All of this can be distilled down to a very basic concept; one we all learned as children but that some of us seem to have forgotten as adults, and that is don't hurt people and don't take their stuff. This is basic morality, but for some reason, individuals who work for the "government" believe they don't have to follow these basic moral principles because of what's written on some pieces of paper.

They believe they have a right to hurt you and take your stuff because you were born within the imaginary lines that form their "jurisdiction."

The government is simply a gang with fancy titles and uniforms. They extort people within their territory for "protection", but then don't even provide much protection. In fact, instead of protecting citizens, some governments put their own citizens at risk with reckless foreign policies.

Unfortunately, these voluntaryist ideas aren't very popular yet. When most people think of a stateless society, they imagine a Mad Max-style post-apocalyptic wasteland, in which roving bands of marauders rape and pillage anything they come across like hordes of locusts descending on a field of crops. Even people who are a little more practical when imagining a stateless society have legitimate concerns.

After all, without the daddy government watching over us, who will protect us from bad actors? It seems like most people think that without a coercive government, the roads would instantly disintegrate, your cereal would be flavored with rat feces, and buildings built by shady unregulated contractors would collapse the second they are paid for!

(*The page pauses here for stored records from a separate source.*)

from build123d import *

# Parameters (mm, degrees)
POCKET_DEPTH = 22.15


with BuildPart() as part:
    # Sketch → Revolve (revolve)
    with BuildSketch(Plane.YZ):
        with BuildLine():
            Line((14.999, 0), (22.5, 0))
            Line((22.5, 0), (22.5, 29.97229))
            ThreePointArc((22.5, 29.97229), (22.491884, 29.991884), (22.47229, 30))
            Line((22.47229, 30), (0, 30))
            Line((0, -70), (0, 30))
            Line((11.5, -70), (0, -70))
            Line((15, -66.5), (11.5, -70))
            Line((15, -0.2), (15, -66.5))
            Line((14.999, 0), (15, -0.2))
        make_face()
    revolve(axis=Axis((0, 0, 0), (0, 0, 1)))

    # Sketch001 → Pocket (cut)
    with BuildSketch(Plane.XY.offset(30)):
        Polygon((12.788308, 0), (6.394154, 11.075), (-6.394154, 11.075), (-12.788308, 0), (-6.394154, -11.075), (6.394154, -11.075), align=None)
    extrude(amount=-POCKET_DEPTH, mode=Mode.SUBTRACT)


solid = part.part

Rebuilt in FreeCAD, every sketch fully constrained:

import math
import FreeCAD as App
import Part
import Sketcher

V = App.Vector
Q = App.Units.Quantity

doc = App.newDocument("Part")
body = doc.addObject("PartDesign::Body", "Body")

sketch1 = doc.addObject("Sketcher::SketchObject", "Sketch")
body.addObject(sketch1)
sketch1.AttachmentSupport = (doc.YZ_Plane, [""])
sketch1.MapMode = "FlatFace"
sketch1.addGeometry([
    Part.LineSegment(V(14.999, 0, 0), V(22.5, 0, 0)),
    Part.LineSegment(V(22.5, 0, 0), V(22.5, 29.972, 0)),
    Part.ArcOfCircle(Part.Circle(V(22.472, 29.972, 0), V(0, 0, 1), 0.028), math.radians(0), math.radians(90)),
    Part.LineSegment(V(22.472, 30, 0), V(0, 30, 0)),
    Part.LineSegment(V(0, 30, 0), V(0, -70, 0)),
    Part.LineSegment(V(0, -70, 0), V(11.5, -70, 0)),
    Part.LineSegment(V(11.5, -70, 0), V(15, -66.5, 0)),
    Part.LineSegment(V(15, -66.5, 0), V(15, -0.2, 0)),
    Part.LineSegment(V(15, -0.2, 0), V(14.999, 0, 0)),
], False)
sketch1.addConstraint([
    Sketcher.Constraint("Coincident", 0, 2, 1, 1),
    Sketcher.Constraint("Coincident", 1, 2, 2, 1),
    Sketcher.Constraint("Coincident", 2, 2, 3, 1),
    Sketcher.Constraint("Coincident", 3, 2, 4, 1),
    Sketcher.Constraint("Coincident", 4, 2, 5, 1),
    Sketcher.Constraint("Coincident", 5, 2, 6, 1),
    Sketcher.Constraint("Coincident", 6, 2, 7, 1),
    Sketcher.Constraint("Coincident", 7, 2, 8, 1),
    Sketcher.Constraint("Coincident", 8, 2, 0, 1),
    Sketcher.Constraint("Horizontal", 0),
    Sketcher.Constraint("Vertical", 1),
    Sketcher.Constraint("Horizontal", 3),
    Sketcher.Constraint("Vertical", 4),
    Sketcher.Constraint("Horizontal", 5),
    Sketcher.Constraint("Vertical", 7),
    Sketcher.Constraint("PointOnObject", 0, 2, -1),
    Sketcher.Constraint("PointOnObject", 3, 2, -2),
    Sketcher.Constraint("Horizontal", 2, 3, 1, 2),
    Sketcher.Constraint("DistanceY", 4, 2, 4, 1, 100.0),
    Sketcher.Constraint("Angle", 6, Q("45 deg")),
    Sketcher.Constraint("DistanceX", 5, 1, 5, 2, 11.5),
    Sketcher.Constraint("DistanceY", 7, 1, 7, 2, 66.3),
    Sketcher.Constraint("DistanceY", -1, 1, 2, 2, 30.0),
    Sketcher.Constraint("DistanceX", -1, 1, 6, 2, 15.0),
    Sketcher.Constraint("DistanceX", 5, 2, 0, 2, 11.0),
    Sketcher.Constraint("DistanceX", 0, 1, 0, 2, 7.501),
    Sketcher.Constraint("Radius", 2, 0.02771),
    Sketcher.Constraint("DistanceX", 3, 2, 3, 1, 22.47229),
])
revolution = doc.addObject("PartDesign::Revolution", "Revolution")
body.addObject(revolution)
revolution.Profile = sketch1
revolution.ReferenceAxis = (sketch1, ["V_Axis"])
revolution.Angle = 360

sketch2 = doc.addObject("Sketcher::SketchObject", "Sketch001")
body.addObject(sketch2)
sketch2.AttachmentSupport = (doc.XY_Plane, [""])
sketch2.MapMode = "FlatFace"
sketch2.AttachmentOffset = App.Placement(V(0, 0, 30), App.Rotation())
sketch2.addGeometry([
    Part.LineSegment(V(13, 0, 0), V(6, 11, 0)),
    Part.LineSegment(V(6, 11, 0), V(-6, 11, 0)),
    Part.LineSegment(V(-6, 11, 0), V(-13, 0, 0)),
    Part.LineSegment(V(-13, 0, 0), V(-6, -11, 0)),
    Part.LineSegment(V(-6, -11, 0), V(6, -11, 0)),
    Part.LineSegment(V(6, -11, 0), V(13, 0, 0)),
], False)
sketch2.addConstraint([
    Sketcher.Constraint("Coincident", 0, 2, 1, 1),
    Sketcher.Constraint("Coincident", 1, 2, 2, 1),
    Sketcher.Constraint("Coincident", 2, 2, 3, 1),
    Sketcher.Constraint("Coincident", 3, 2, 4, 1),
    Sketcher.Constraint("Coincident", 4, 2, 5, 1),
    Sketcher.Constraint("Coincident", 5, 2, 0, 1),
    Sketcher.Constraint("Horizontal", 1),
    Sketcher.Constraint("Horizontal", 4),
    Sketcher.Constraint("Symmetric", 0, 2, 3, 2, -1, 1),
    Sketcher.Constraint("Symmetric", 2, 2, 5, 2, -1, 1),
    Sketcher.Constraint("PointOnObject", 2, 2, -1),
    Sketcher.Constraint("Parallel", 2, 5),
    Sketcher.Constraint("Vertical", 1, 2, 3, 2),
    Sketcher.Constraint("Angle", 0, Q("119.999999 deg")),
    Sketcher.Constraint("DistanceY", 3, 2, 1, 2, 22.15),
    Sketcher.Constraint("DistanceX", 1, 2, 1, 1, 12.788308),
])
pocket1 = doc.addObject("PartDesign::Pocket", "Pocket")
body.addObject(pocket1)
pocket1.Profile = sketch2
pocket1.Length = 22.15

doc.recompute()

Cars will be made to be so unsafe that you have to pray every time you start your engine! Children's toys will be constructed solely out of rusty razor blades! I think that this commonplace idea that we would have complete chaos without a government doesn’t give humanity enough credit.

But who will maintain the roads? Probably people who want to get from point a to point b!

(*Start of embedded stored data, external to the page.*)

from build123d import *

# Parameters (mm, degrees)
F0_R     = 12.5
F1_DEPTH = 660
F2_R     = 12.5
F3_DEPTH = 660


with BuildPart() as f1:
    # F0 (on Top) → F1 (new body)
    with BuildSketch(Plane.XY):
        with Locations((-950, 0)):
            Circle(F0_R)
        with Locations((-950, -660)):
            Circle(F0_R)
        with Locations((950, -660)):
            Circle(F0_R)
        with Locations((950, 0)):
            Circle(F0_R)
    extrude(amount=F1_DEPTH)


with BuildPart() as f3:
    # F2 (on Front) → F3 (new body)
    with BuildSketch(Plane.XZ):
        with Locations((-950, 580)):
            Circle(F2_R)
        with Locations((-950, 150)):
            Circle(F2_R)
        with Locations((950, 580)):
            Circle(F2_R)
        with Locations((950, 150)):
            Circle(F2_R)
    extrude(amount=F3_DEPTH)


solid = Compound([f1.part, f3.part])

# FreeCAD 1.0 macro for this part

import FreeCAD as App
import Part
import Sketcher

V = App.Vector
Q = App.Units.Quantity

doc = App.newDocument("Part")
body = doc.addObject("PartDesign::Body", "Body")
body.AllowCompound = True

# Sketch on XY plane
sketch1 = body.newObject("Sketcher::SketchObject", "Sketch")
sketch1.AttachmentSupport = (doc.getObject("XY_Plane"), [""])
sketch1.MapMode = "FlatFace"
sketch1.addGeometry(Part.Circle(V(-950, 0, 0), V(0, 0, 1), 12), False)
sketch1.addGeometry(Part.Circle(V(-950, -660, 0), V(0, 0, 1), 12), False)
sketch1.addGeometry(Part.Circle(V(950, -660, 0), V(0, 0, 1), 12), False)
sketch1.addGeometry(Part.Circle(V(950, 0, 0), V(0, 0, 1), 12), False)
sketch1.addConstraint(Sketcher.Constraint("Equal", 0, 1))
sketch1.addConstraint(Sketcher.Constraint("Equal", 1, 2))
sketch1.addConstraint(Sketcher.Constraint("Equal", 2, 3))
sketch1.addConstraint(Sketcher.Constraint("Symmetric", 0, 3, 3, 3, -1, 1))
sketch1.addConstraint(Sketcher.Constraint("Symmetric", 1, 3, 2, 3, -2))
sketch1.addConstraint(Sketcher.Constraint("PointOnObject", 0, 3, -1))
sketch1.addConstraint(Sketcher.Constraint("Vertical", 0, 3, 1, 3))
sketch1.addConstraint(Sketcher.Constraint("Diameter", 0, Q("25 mm")))
sketch1.addConstraint(Sketcher.Constraint("DistanceX", 0, 3, -1, 1, Q("950 mm")))
sketch1.addConstraint(Sketcher.Constraint("DistanceY", 1, 3, -1, 1, Q("660 mm")))
pad1 = body.newObject("PartDesign::Pad", "Pad")
pad1.Profile = sketch1
pad1.Length = 660
body2 = doc.addObject("PartDesign::Body", "Body001")
body2.AllowCompound = True

# Sketch on XZ plane
sketch2 = body2.newObject("Sketcher::SketchObject", "Sketch001")
sketch2.AttachmentSupport = (doc.getObject("XZ_Plane001"), [""])
sketch2.MapMode = "FlatFace"
sketch2.addGeometry(Part.Circle(V(-950, 580, 0), V(0, 0, 1), 12), False)
sketch2.addGeometry(Part.Circle(V(-950, 150, 0), V(0, 0, 1), 12), False)
sketch2.addGeometry(Part.Circle(V(950, 580, 0), V(0, 0, 1), 12), False)
sketch2.addGeometry(Part.Circle(V(950, 150, 0), V(0, 0, 1), 12), False)
sketch2.addConstraint(Sketcher.Constraint("Equal", 0, 1))
sketch2.addConstraint(Sketcher.Constraint("Equal", 1, 2))
sketch2.addConstraint(Sketcher.Constraint("Equal", 2, 3))
sketch2.addConstraint(Sketcher.Constraint("Symmetric", 0, 3, 2, 3, -2))
sketch2.addConstraint(Sketcher.Constraint("Symmetric", 1, 3, 3, 3, -2))
sketch2.addConstraint(Sketcher.Constraint("Vertical", 0, 3, 1, 3))
sketch2.addConstraint(Sketcher.Constraint("Diameter", 0, Q("25 mm")))
sketch2.addConstraint(Sketcher.Constraint("DistanceX", 0, 3, -1, 1, Q("950 mm")))
sketch2.addConstraint(Sketcher.Constraint("DistanceY", -1, 1, 0, 3, Q("580 mm")))
sketch2.addConstraint(Sketcher.Constraint("DistanceY", -1, 1, 1, 3, Q("150 mm")))
pad2 = body2.newObject("PartDesign::Pad", "Pad001")
pad2.Profile = sketch2
pad2.Length = 660

doc.recompute()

Humans are smart enough to continue to function without a central government controlling every aspect of their lives. We would not instantly devolve into apes the second the state ceases to exist. Most people don't like chaos and will try to avoid it. Humans also have a strong tendency to act in their own self-interest, and it is in everyone's best interest to have a functioning society where you can walk down the street without getting murdered.

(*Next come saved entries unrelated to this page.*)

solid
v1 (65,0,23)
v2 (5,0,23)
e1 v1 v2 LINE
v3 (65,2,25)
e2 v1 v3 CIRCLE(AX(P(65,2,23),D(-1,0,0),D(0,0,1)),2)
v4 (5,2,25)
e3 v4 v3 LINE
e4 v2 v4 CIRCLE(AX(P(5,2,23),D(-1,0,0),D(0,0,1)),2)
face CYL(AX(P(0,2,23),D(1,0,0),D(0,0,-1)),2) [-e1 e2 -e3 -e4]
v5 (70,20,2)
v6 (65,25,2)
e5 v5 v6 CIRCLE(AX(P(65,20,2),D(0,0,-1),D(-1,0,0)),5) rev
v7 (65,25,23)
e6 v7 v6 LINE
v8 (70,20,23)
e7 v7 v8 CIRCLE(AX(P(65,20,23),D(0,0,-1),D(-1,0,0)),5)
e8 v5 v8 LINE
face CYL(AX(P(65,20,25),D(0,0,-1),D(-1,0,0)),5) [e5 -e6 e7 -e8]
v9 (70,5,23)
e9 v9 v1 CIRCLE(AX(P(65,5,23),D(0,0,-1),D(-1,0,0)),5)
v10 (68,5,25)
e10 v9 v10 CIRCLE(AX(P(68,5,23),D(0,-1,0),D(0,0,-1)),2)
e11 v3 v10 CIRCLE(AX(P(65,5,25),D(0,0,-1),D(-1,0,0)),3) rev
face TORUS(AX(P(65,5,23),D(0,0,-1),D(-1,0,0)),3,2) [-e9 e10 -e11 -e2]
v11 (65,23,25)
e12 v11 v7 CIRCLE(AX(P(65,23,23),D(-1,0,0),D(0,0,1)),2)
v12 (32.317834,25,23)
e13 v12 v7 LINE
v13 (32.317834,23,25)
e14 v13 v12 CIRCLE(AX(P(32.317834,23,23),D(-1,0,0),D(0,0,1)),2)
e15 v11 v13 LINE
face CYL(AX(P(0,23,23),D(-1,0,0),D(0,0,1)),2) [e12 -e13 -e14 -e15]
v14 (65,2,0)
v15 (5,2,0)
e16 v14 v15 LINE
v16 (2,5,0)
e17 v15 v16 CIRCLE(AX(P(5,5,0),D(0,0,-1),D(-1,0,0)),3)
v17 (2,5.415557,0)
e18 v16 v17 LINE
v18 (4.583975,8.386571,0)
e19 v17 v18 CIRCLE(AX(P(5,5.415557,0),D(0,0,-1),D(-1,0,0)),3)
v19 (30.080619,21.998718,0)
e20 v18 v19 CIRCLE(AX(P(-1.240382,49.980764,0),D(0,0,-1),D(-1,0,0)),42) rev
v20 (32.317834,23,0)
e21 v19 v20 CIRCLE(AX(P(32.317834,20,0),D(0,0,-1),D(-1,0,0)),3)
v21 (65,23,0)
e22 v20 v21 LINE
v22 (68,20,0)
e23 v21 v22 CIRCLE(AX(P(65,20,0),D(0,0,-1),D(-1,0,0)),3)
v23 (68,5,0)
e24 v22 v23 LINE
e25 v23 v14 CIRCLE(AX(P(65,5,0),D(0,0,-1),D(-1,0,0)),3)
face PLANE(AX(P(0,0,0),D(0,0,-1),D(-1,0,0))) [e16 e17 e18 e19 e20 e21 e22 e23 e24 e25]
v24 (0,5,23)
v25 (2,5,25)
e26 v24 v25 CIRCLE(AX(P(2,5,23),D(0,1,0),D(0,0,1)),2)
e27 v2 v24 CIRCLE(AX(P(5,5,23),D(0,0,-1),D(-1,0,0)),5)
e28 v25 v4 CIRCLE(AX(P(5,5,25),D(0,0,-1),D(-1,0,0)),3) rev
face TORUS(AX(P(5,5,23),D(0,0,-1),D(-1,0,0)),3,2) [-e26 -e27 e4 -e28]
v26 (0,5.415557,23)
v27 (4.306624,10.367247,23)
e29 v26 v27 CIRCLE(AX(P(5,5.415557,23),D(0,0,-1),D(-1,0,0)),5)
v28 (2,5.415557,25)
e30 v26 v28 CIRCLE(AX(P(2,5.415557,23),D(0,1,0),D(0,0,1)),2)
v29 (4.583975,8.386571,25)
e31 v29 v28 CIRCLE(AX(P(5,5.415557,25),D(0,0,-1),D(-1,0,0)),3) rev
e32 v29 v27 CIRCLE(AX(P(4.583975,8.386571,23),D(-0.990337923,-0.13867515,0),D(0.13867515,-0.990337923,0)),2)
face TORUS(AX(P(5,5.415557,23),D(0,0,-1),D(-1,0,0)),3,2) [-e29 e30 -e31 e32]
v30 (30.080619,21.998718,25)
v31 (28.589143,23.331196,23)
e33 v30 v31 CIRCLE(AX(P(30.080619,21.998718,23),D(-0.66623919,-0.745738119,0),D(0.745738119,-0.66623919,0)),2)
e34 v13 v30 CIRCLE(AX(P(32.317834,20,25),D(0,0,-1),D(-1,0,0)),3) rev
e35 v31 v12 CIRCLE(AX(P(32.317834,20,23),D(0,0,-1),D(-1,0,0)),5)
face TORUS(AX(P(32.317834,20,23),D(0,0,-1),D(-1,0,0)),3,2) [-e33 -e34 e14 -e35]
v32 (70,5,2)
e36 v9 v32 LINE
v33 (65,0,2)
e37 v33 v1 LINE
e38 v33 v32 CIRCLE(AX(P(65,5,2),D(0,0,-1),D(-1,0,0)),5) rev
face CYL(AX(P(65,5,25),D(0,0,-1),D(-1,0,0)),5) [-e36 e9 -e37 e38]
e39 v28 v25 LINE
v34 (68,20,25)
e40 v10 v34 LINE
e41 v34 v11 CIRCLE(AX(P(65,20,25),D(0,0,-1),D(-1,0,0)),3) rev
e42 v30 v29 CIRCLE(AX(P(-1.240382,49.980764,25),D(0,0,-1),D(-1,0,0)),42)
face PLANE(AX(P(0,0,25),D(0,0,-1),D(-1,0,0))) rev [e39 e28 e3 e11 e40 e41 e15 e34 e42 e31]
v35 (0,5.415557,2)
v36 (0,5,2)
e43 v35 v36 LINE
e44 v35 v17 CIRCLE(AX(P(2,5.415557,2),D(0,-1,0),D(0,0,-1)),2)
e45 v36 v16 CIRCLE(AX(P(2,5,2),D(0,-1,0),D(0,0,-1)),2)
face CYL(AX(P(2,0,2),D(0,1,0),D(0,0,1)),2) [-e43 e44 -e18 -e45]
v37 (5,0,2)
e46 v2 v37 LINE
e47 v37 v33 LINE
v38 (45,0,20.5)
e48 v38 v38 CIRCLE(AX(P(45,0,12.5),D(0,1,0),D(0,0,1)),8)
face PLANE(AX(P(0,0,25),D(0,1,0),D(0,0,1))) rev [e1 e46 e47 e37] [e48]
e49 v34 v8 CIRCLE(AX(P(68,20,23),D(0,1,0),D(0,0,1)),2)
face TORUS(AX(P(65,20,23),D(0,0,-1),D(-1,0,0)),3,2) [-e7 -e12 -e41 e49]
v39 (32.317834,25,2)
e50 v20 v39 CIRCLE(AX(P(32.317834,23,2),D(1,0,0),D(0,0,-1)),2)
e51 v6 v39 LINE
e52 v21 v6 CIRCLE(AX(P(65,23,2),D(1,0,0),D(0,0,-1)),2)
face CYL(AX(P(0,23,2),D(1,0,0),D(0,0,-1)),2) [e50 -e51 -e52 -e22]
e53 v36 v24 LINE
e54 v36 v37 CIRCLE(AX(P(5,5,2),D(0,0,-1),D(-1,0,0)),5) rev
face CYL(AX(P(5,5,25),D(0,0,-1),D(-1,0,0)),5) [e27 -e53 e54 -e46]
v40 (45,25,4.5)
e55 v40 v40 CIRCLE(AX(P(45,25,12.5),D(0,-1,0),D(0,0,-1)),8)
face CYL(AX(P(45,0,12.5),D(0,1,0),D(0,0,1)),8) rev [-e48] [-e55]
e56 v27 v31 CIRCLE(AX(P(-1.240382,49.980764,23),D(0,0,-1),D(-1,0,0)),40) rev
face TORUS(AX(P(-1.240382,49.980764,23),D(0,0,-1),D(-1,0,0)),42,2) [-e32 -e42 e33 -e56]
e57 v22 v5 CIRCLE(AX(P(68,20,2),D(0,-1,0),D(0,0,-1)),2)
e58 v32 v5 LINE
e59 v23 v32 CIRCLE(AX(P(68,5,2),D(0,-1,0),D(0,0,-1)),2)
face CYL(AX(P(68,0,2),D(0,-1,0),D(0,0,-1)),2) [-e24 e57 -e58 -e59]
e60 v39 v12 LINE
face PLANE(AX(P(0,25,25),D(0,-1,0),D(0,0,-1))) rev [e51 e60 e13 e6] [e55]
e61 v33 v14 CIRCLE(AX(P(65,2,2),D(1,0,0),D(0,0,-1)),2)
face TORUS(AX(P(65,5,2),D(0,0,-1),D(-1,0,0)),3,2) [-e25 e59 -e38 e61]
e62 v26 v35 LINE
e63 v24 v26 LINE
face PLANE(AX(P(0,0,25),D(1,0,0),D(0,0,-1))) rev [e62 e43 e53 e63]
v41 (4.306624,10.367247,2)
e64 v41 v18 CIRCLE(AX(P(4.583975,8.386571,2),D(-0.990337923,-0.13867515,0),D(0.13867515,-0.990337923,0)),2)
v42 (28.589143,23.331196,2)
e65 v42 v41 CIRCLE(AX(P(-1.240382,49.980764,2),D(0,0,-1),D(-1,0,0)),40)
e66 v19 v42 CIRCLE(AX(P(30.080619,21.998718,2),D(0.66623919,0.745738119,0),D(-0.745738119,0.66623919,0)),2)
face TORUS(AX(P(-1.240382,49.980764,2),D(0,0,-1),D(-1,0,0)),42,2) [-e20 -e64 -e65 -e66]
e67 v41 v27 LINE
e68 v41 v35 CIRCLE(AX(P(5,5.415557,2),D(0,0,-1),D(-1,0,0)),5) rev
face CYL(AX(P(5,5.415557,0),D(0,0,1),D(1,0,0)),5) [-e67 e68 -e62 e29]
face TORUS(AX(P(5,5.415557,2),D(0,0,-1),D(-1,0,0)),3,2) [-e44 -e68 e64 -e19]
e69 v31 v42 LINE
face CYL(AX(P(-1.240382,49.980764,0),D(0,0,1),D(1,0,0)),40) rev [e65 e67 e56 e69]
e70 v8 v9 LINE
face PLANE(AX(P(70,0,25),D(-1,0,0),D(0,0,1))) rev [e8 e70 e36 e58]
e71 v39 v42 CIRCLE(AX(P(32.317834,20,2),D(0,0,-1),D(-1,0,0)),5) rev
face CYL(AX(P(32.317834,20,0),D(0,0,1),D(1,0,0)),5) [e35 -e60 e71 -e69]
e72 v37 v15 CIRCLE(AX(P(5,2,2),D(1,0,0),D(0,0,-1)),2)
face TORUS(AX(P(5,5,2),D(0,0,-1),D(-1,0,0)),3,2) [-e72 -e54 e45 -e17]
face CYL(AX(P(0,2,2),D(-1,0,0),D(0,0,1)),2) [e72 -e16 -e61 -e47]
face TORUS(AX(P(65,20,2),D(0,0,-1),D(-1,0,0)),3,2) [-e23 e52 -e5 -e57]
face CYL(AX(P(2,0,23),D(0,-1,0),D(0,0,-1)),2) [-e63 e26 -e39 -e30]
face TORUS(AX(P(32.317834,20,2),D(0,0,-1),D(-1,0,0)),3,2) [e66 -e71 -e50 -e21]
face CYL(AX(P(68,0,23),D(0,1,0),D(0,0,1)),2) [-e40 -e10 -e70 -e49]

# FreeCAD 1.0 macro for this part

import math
import FreeCAD as App
import Part
import Sketcher
Q = App.Units.Quantity


def edges_at(feature, points):
    """Names of the edges that pass closest to the given points."""
    edges = feature.Shape.Edges
    near = lambda p: min(range(len(edges)), key=lambda i: edges[i].distToShape(Part.Vertex(*p))[0])
    return sorted({f"Edge{near(p) + 1}" for p in points})


def add_polygon(sketch, points):
    """Adds a closed chain of lines whose ends are joined by coincident constraints."""
    first, n = sketch.GeometryCount, len(points)
    for a, b in zip(points, points[1:] + points[:1]):
        sketch.addGeometry(Part.LineSegment(App.Vector(*a, 0), App.Vector(*b, 0)), False)
    for i in range(n):
        sketch.addConstraint(Sketcher.Constraint("Coincident", first + i, 2, first + (i + 1) % n, 1))

doc = App.newDocument("Part")
body = doc.addObject("PartDesign::Body", "Body")

# Sketch on XY plane
sketch1 = doc.addObject("Sketcher::SketchObject", "Sketch")
body.addObject(sketch1)
sketch1.AttachmentSupport = (doc.XY_Plane, [""])
sketch1.MapMode = "FlatFace"
add_polygon(sketch1, [(0, 25), (0, 0), (70, 0), (70, 25)])  # lines 0-3
sketch1.addConstraint(Sketcher.Constraint("Vertical", 0))
sketch1.addConstraint(Sketcher.Constraint("Horizontal", 1))
sketch1.addConstraint(Sketcher.Constraint("Vertical", 2))
sketch1.addConstraint(Sketcher.Constraint("Horizontal", 3))
sketch1.addConstraint(Sketcher.Constraint("Coincident", 0, 2, -1, 1))
sketch1.addConstraint(Sketcher.Constraint("DistanceX", 1, 1, 1, 2, Q("70 mm")))
sketch1.addConstraint(Sketcher.Constraint("DistanceY", 0, 2, 0, 1, Q("25 mm")))
pad1 = doc.addObject("PartDesign::Pad", "Pad")
body.addObject(pad1)
pad1.Profile = sketch1
pad1.Length = 25

# Sketch on XY plane
sketch2 = doc.addObject("Sketcher::SketchObject", "Sketch001")
body.addObject(sketch2)
sketch2.AttachmentSupport = (doc.XY_Plane, [""])
sketch2.MapMode = "FlatFace"
sketch2.AttachmentOffset = App.Placement(App.Vector(0, 0, 25), App.Rotation())
sketch2.addGeometry(Part.LineSegment(App.Vector(30, 25, 0), App.Vector(0, 25, 0)), False)
sketch2.addGeometry(Part.LineSegment(App.Vector(0, 25, 0), App.Vector(0, 10, 0)), False)
sketch2.addGeometry(Part.ArcOfCircle(Part.Circle(App.Vector(-1, 50, 0), App.Vector(0, 0, 1), 40), math.radians(-88), math.radians(-39)), False)
sketch2.addConstraint(Sketcher.Constraint("Coincident", 0, 2, 1, 1))
sketch2.addConstraint(Sketcher.Constraint("Coincident", 1, 2, 2, 1))
sketch2.addConstraint(Sketcher.Constraint("Coincident", 2, 2, 0, 1))
sketch2.addConstraint(Sketcher.Constraint("Horizontal", 0))
sketch2.addConstraint(Sketcher.Constraint("Vertical", 1))
sketch2.addConstraint(Sketcher.Constraint("PointOnObject", 0, 2, -2))
sketch2.addConstraint(Sketcher.Constraint("Radius", 2, Q("40 mm")))
sketch2.addConstraint(Sketcher.Constraint("DistanceX", 0, 2, 0, 1, Q("30 mm")))
sketch2.addConstraint(Sketcher.Constraint("DistanceY", 1, 2, 1, 1, Q("15 mm")))
sketch2.addConstraint(Sketcher.Constraint("DistanceY", -1, 1, 0, 2, Q("25 mm")))
pocket1 = doc.addObject("PartDesign::Pocket", "Pocket")
body.addObject(pocket1)
pocket1.Profile = sketch2
pocket1.Type = "ThroughAll"
pocket1.Midplane = True
doc.recompute()

fillet = doc.addObject("PartDesign::Fillet", "Fillet")
body.addObject(fillet)
fillet.Base = (pocket1, edges_at(pocket1, [
    (30, 25, 12.5),
    (0, 10, 12.5),
    (70, 25, 12.5),
    (70, 0, 12.5),
    (0, 0, 12.5),
]))
fillet.Radius = 5
doc.recompute()

fillet2 = doc.addObject("PartDesign::Fillet", "Fillet001")
body.addObject(fillet2)
fillet2.Base = (fillet, edges_at(fillet, [
    (35, 0, 0),
    (35, 0, 25),
    (17.598, 14.695, 0),
    (48.659, 25, 0),
    (70, 12.5, 0),
    (0, 5.208, 0),
    (68.536, 23.536, 0),
    (68.536, 1.464, 0),
    (1.227, 8.697, 0),
    (30.275, 24.564, 0),
    (1.464, 1.464, 0),
    (0, 5.208, 25),
    (48.659, 25, 25),
    (17.598, 14.695, 25),
    (70, 12.5, 25),
    (68.536, 23.536, 25),
    (68.536, 1.464, 25),
    (1.227, 8.697, 25),
    (30.275, 24.564, 25),
    (1.464, 1.464, 25),
]))
fillet2.Radius = 2

# Sketch on XZ plane
sketch3 = doc.addObject("Sketcher::SketchObject", "Sketch002")
body.addObject(sketch3)
sketch3.AttachmentSupport = (doc.XZ_Plane, [""])
sketch3.MapMode = "FlatFace"
sketch3.AttachmentOffset = App.Placement(App.Vector(0, 0, -25), App.Rotation())
sketch3.addGeometry(Part.Circle(App.Vector(45, 12, 0), App.Vector(0, 0, 1), 8), False)
sketch3.addConstraint(Sketcher.Constraint("Diameter", 0, Q("16 mm")))
sketch3.addConstraint(Sketcher.Constraint("DistanceX", -1, 1, 0, 3, Q("45 mm")))
sketch3.addConstraint(Sketcher.Constraint("DistanceY", -1, 1, 0, 3, Q("12.5 mm")))
pocket2 = doc.addObject("PartDesign::Pocket", "Pocket001")
body.addObject(pocket2)
pocket2.Profile = sketch3
pocket2.Type = "ThroughAll"
pocket2.Midplane = True

doc.recompute()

If you have ever seen traffic spontaneously organize itself at a stoplight that has lost power, this is a good metaphor for a society without government or with a very limited government. Once upon a time, there weren't a gazillion governmental agencies regulating everything you can think of, and somehow society still functioned.

Why Reputation Is Essential In A Free Society

Well, how would a society with no government or a very limited government work? Part of the answer is that the power of reputation systems would enable free markets and society to regulate themselves. For example, barring any governmental intervention, you will eventually go out of business if you don't have a good reputation.

If you are hurting or scamming your customers, you might get away with it a few times, but generally, you will eventually stop getting new customers as the word spreads. This was true even before we all had magic rectangles in our pockets that could instantaneously share information across the entire globe. Now the word about bad actors spreads even quicker than it ever has.

Our magic rectangles enable reputation information to be shared instantly across the entire globe.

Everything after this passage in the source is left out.